Regardless of math and philosophy, if you’re not giving your body the amount of protein it needs, the reality of that will present itself if you start to feel beat up by your workouts. 

If you’re not recovering, look at that protein intake.  That might not be the reason, but it’s a variable that needs to be considered.

A Tiny Bit on Protein and Fat-Loss

If you are in a fat-loss phase, those calories from protein are helpful. 

Protein helps regulate hunger.  After eating protein, you may feel fuller longer, which is nice when you’re living in a caloric deficit.

When you exercise, you want to burn fat, right?  

If there is sufficient protein in your diet, the body is more likely to use stored fat as an energy source. 

If you’ve ever heard the phrase “muscle-sparing”, that’s what they mean.  When protein intake is high, the body won’t metabolize muscle for energy instead of fat.

Balance First

I know there are different opinions on the issue of protein intake.  However, the majority of adults are busy, don’t have time to research it, and rely on trusted resources.  I hope I’m a trusted resource, and I take that responsibility seriously.

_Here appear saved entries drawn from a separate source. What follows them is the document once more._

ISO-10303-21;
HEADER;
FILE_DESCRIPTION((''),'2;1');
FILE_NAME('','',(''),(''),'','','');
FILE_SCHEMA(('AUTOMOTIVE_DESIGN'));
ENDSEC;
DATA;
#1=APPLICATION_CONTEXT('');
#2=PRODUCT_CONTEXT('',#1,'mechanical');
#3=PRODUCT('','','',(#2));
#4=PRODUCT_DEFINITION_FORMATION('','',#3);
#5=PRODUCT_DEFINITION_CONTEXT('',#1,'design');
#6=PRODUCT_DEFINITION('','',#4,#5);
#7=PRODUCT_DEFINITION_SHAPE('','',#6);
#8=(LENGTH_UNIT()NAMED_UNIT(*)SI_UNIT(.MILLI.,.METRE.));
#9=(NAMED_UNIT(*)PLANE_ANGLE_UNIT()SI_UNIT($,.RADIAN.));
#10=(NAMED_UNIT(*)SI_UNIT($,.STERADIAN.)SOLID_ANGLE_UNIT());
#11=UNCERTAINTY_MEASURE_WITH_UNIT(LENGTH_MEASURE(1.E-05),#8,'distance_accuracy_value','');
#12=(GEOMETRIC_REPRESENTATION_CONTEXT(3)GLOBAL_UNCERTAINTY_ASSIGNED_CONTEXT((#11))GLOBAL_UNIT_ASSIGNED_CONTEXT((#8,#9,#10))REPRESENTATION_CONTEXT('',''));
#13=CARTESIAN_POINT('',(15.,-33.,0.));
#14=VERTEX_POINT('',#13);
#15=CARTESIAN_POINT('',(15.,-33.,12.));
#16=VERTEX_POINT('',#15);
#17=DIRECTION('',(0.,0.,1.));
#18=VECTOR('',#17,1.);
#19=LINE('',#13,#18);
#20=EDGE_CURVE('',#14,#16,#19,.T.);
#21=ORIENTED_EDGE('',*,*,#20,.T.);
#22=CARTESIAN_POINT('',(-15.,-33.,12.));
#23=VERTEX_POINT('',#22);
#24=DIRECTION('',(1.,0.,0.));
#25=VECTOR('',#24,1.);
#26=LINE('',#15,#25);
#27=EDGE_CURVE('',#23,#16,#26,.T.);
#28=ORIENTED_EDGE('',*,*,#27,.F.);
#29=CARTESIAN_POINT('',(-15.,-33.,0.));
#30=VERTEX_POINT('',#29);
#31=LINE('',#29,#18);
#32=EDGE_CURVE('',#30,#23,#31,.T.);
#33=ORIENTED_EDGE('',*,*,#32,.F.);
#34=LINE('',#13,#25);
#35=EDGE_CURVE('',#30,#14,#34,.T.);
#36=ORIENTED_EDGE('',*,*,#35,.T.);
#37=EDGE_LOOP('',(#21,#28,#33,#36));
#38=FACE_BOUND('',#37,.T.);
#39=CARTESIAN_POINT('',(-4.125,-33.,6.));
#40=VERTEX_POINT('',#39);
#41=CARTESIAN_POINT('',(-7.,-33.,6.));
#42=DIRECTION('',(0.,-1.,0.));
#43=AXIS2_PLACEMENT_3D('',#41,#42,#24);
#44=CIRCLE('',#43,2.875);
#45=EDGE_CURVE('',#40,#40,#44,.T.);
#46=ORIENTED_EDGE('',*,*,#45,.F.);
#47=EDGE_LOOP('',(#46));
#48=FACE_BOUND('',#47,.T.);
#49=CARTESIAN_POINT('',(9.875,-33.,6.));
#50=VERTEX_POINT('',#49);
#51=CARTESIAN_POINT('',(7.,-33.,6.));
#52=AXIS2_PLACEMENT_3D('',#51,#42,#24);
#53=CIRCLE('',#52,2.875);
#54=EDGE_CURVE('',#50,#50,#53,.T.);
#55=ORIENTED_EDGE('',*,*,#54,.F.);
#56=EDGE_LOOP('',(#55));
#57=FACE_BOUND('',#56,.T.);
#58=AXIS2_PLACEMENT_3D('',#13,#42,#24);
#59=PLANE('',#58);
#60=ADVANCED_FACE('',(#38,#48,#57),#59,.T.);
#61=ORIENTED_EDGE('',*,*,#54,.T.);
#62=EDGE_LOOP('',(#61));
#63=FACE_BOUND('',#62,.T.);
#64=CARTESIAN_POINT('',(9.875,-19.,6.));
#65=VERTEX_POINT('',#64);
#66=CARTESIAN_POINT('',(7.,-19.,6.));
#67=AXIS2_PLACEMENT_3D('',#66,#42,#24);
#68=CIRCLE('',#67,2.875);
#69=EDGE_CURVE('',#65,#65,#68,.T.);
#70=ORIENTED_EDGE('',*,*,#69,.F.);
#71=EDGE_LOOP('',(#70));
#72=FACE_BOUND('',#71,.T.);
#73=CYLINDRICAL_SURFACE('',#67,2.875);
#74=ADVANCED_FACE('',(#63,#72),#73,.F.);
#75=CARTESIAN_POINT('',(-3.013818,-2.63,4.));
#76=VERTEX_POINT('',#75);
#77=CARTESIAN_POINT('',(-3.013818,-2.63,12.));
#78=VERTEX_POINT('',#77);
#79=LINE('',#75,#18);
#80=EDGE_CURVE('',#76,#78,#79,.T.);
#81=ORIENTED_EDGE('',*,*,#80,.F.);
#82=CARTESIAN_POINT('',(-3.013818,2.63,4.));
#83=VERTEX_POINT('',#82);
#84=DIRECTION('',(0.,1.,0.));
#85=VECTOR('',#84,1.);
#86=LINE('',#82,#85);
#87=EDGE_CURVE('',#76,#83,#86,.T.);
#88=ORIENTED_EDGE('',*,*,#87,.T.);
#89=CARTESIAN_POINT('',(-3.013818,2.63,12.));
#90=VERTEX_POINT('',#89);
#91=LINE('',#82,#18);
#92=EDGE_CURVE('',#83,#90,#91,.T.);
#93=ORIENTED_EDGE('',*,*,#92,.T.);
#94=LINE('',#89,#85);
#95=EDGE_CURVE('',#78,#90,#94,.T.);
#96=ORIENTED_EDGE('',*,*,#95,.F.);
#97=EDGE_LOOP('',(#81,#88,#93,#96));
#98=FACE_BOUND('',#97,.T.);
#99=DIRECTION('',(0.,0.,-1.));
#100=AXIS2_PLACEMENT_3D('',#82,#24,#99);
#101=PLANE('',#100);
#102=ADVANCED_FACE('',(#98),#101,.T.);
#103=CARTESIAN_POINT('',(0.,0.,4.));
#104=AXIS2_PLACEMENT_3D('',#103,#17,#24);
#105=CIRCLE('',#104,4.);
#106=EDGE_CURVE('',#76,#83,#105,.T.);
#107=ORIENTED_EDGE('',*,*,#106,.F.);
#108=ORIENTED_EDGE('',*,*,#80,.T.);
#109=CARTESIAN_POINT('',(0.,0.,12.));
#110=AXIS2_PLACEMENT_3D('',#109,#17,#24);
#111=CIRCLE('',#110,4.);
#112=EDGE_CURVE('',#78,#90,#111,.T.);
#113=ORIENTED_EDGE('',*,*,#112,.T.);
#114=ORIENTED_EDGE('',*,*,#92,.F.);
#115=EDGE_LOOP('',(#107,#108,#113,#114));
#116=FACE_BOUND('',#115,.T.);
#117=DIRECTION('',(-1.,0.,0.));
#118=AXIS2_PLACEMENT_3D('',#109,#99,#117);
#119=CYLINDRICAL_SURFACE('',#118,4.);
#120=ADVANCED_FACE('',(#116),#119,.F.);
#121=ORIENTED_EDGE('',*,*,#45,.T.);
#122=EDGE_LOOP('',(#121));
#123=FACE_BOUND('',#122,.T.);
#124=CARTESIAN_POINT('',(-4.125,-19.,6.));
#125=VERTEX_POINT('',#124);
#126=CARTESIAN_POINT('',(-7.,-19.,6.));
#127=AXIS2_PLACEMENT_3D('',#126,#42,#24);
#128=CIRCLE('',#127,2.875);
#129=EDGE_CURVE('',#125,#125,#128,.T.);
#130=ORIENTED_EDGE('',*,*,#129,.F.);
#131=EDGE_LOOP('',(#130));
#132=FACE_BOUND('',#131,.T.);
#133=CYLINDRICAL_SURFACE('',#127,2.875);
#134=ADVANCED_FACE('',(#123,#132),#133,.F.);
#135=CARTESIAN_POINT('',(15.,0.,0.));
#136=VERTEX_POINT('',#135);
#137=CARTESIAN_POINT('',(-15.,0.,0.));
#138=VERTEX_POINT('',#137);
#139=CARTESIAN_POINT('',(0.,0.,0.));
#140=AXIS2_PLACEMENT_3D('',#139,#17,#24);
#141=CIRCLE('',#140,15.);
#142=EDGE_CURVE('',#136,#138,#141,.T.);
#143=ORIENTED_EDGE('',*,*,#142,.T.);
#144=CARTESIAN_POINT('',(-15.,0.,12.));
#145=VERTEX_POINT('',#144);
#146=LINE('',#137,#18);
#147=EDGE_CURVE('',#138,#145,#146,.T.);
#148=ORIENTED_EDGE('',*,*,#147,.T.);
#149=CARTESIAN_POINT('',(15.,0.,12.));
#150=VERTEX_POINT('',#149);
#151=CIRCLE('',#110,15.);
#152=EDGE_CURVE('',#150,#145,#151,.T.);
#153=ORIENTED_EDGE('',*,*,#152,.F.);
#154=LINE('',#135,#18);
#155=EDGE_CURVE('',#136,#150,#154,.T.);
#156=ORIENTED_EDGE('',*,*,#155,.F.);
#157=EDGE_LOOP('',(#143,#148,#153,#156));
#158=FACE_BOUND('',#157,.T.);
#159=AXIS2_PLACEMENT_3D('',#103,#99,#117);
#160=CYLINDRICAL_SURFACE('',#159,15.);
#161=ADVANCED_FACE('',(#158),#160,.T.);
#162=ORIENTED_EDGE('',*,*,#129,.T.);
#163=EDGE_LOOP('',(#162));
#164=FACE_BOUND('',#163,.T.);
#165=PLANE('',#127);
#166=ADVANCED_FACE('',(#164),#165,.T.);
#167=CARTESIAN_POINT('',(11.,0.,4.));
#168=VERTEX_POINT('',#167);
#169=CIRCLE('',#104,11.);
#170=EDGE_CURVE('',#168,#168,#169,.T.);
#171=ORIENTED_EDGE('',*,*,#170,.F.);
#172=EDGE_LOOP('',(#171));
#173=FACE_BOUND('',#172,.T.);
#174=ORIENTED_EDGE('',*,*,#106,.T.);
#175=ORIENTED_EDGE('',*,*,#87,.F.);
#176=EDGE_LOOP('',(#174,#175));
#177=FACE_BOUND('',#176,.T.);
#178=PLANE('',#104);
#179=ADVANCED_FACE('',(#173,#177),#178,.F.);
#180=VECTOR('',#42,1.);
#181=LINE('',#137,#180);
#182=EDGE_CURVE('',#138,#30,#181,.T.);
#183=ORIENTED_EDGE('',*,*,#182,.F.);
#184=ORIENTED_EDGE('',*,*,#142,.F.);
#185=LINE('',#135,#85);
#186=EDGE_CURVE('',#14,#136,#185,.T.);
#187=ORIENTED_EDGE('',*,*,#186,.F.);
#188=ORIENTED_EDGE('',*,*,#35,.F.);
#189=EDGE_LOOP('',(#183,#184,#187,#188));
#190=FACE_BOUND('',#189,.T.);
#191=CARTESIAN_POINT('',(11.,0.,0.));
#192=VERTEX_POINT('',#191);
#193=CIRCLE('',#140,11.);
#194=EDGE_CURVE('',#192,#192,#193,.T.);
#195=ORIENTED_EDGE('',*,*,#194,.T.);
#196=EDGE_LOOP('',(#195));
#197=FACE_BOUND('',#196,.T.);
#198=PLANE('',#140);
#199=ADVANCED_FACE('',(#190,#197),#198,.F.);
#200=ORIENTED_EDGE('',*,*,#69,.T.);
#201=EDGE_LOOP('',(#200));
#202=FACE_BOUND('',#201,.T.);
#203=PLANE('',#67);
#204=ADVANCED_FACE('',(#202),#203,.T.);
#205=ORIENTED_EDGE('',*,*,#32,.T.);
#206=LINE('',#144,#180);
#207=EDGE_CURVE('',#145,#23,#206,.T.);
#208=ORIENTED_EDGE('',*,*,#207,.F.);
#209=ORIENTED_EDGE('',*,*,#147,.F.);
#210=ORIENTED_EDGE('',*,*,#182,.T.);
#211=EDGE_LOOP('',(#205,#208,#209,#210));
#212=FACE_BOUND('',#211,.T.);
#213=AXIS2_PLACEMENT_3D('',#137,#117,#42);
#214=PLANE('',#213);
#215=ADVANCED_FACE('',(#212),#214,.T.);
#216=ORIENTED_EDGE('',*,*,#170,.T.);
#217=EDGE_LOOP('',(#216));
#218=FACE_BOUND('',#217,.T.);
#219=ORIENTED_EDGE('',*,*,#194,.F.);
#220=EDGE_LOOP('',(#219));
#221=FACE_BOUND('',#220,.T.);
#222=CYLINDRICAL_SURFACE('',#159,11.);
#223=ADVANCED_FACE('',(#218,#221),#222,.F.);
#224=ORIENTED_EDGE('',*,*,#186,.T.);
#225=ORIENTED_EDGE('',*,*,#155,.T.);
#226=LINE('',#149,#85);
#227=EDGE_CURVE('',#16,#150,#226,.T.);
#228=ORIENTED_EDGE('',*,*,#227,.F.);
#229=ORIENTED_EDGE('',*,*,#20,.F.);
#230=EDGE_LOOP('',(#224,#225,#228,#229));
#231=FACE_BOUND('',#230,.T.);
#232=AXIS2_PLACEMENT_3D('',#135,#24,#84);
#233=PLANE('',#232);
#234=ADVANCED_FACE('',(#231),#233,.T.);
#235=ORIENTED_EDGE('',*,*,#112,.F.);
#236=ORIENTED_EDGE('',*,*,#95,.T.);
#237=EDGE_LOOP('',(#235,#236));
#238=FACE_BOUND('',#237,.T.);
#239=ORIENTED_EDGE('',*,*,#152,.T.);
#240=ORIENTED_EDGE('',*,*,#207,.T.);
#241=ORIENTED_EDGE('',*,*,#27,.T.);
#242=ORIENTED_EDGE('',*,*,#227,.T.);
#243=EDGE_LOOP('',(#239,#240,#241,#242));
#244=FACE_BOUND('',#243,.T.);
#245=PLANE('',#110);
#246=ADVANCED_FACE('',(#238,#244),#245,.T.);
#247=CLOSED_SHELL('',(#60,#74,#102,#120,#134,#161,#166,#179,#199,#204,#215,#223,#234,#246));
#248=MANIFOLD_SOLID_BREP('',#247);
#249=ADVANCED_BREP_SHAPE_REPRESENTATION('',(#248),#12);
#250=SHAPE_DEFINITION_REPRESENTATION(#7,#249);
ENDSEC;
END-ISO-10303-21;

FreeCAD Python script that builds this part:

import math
import FreeCAD as App
import Part
import Sketcher
from FreeCAD import Vector
Q = App.Units.Quantity

doc = App.newDocument("Part")
body = doc.addObject("PartDesign::Body", "Body")

# Sketch on XY plane
sketch1 = body.newObject("Sketcher::SketchObject", "Sketch")
sketch1.AttachmentSupport = (doc.getObject("XY_Plane"), [""])
sketch1.MapMode = "FlatFace"
sketch1.addGeometry(Part.Circle(Vector(0, 0, 0), Vector(0, 0, 1), 15), False)
sketch1.addGeometry(Part.Circle(Vector(0, 0, 0), Vector(0, 0, 1), 11), False)
sketch1.addConstraint(Sketcher.Constraint("Coincident", 0, 3, -1, 1))
sketch1.addConstraint(Sketcher.Constraint("Coincident", 1, 3, -1, 1))
sketch1.addConstraint(Sketcher.Constraint("Diameter", 0, Q("30 mm")))
sketch1.addConstraint(Sketcher.Constraint("Diameter", 1, Q("22 mm")))
pad1 = body.newObject("PartDesign::Pad", "Pad")
pad1.Profile = sketch1
pad1.Length = 4

# Sketch on XY plane
sketch2 = body.newObject("Sketcher::SketchObject", "Sketch001")
sketch2.AttachmentSupport = (doc.getObject("XY_Plane"), [""])
sketch2.MapMode = "FlatFace"
sketch2.AttachmentOffset = App.Placement(Vector(0, 0, 4), App.Rotation())
sketch2.addGeometry(Part.Circle(Vector(0, 0, 0), Vector(0, 0, 1), 15), False)
sketch2.addGeometry(Part.Circle(Vector(0, 0, 0), Vector(0, 0, 1), 4), False)
sketch2.addConstraint(Sketcher.Constraint("Coincident", 0, 3, -1, 1))
sketch2.addConstraint(Sketcher.Constraint("Coincident", 1, 3, -1, 1))
sketch2.addConstraint(Sketcher.Constraint("Diameter", 0, Q("30 mm")))
sketch2.addConstraint(Sketcher.Constraint("Diameter", 1, Q("8 mm")))
pad2 = body.newObject("PartDesign::Pad", "Pad001")
pad2.Profile = sketch2
pad2.Length = 8

# Sketch on XY plane
sketch3 = body.newObject("Sketcher::SketchObject", "Sketch002")
sketch3.AttachmentSupport = (doc.getObject("XY_Plane"), [""])
sketch3.MapMode = "FlatFace"
sketch3.AttachmentOffset = App.Placement(Vector(0, 0, 12), App.Rotation())
sketch3.addGeometry(Part.LineSegment(Vector(-15, 0, 0), Vector(-15, -33, 0)), False)
sketch3.addGeometry(Part.LineSegment(Vector(-15, -33, 0), Vector(15, -33, 0)), False)
sketch3.addGeometry(Part.LineSegment(Vector(15, -33, 0), Vector(15, 0, 0)), False)
sketch3.addGeometry(Part.ArcOfCircle(Part.Circle(Vector(0, 0, 0), Vector(0, 0, 1), 15), math.radians(180), math.radians(360)), False)
sketch3.addConstraint(Sketcher.Constraint("Coincident", 0, 2, 1, 1))
sketch3.addConstraint(Sketcher.Constraint("Coincident", 1, 2, 2, 1))
sketch3.addConstraint(Sketcher.Constraint("Tangent", 2, 2, 3, 2))
sketch3.addConstraint(Sketcher.Constraint("Tangent", 3, 1, 0, 1))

I’m all about balance and am prone to be suspicious of any source telling me to eliminate a macronutrient for an otherwise healthy human’s nutrition.

Coming soon!  

I’ll put together a post about alternative protein sources for people who do not want to eat meat.  There are a lot more options out there than there were just a few years ago. 

I need a little time to research because I’m mostly plant-based eater who gets most of my protein from poultry and animals with hooves.  The animals ate plants – but I’m pretty sure that’s not what you meant, right?  😉 


Need more?  You don’t have to figure it out on your own.
For more information…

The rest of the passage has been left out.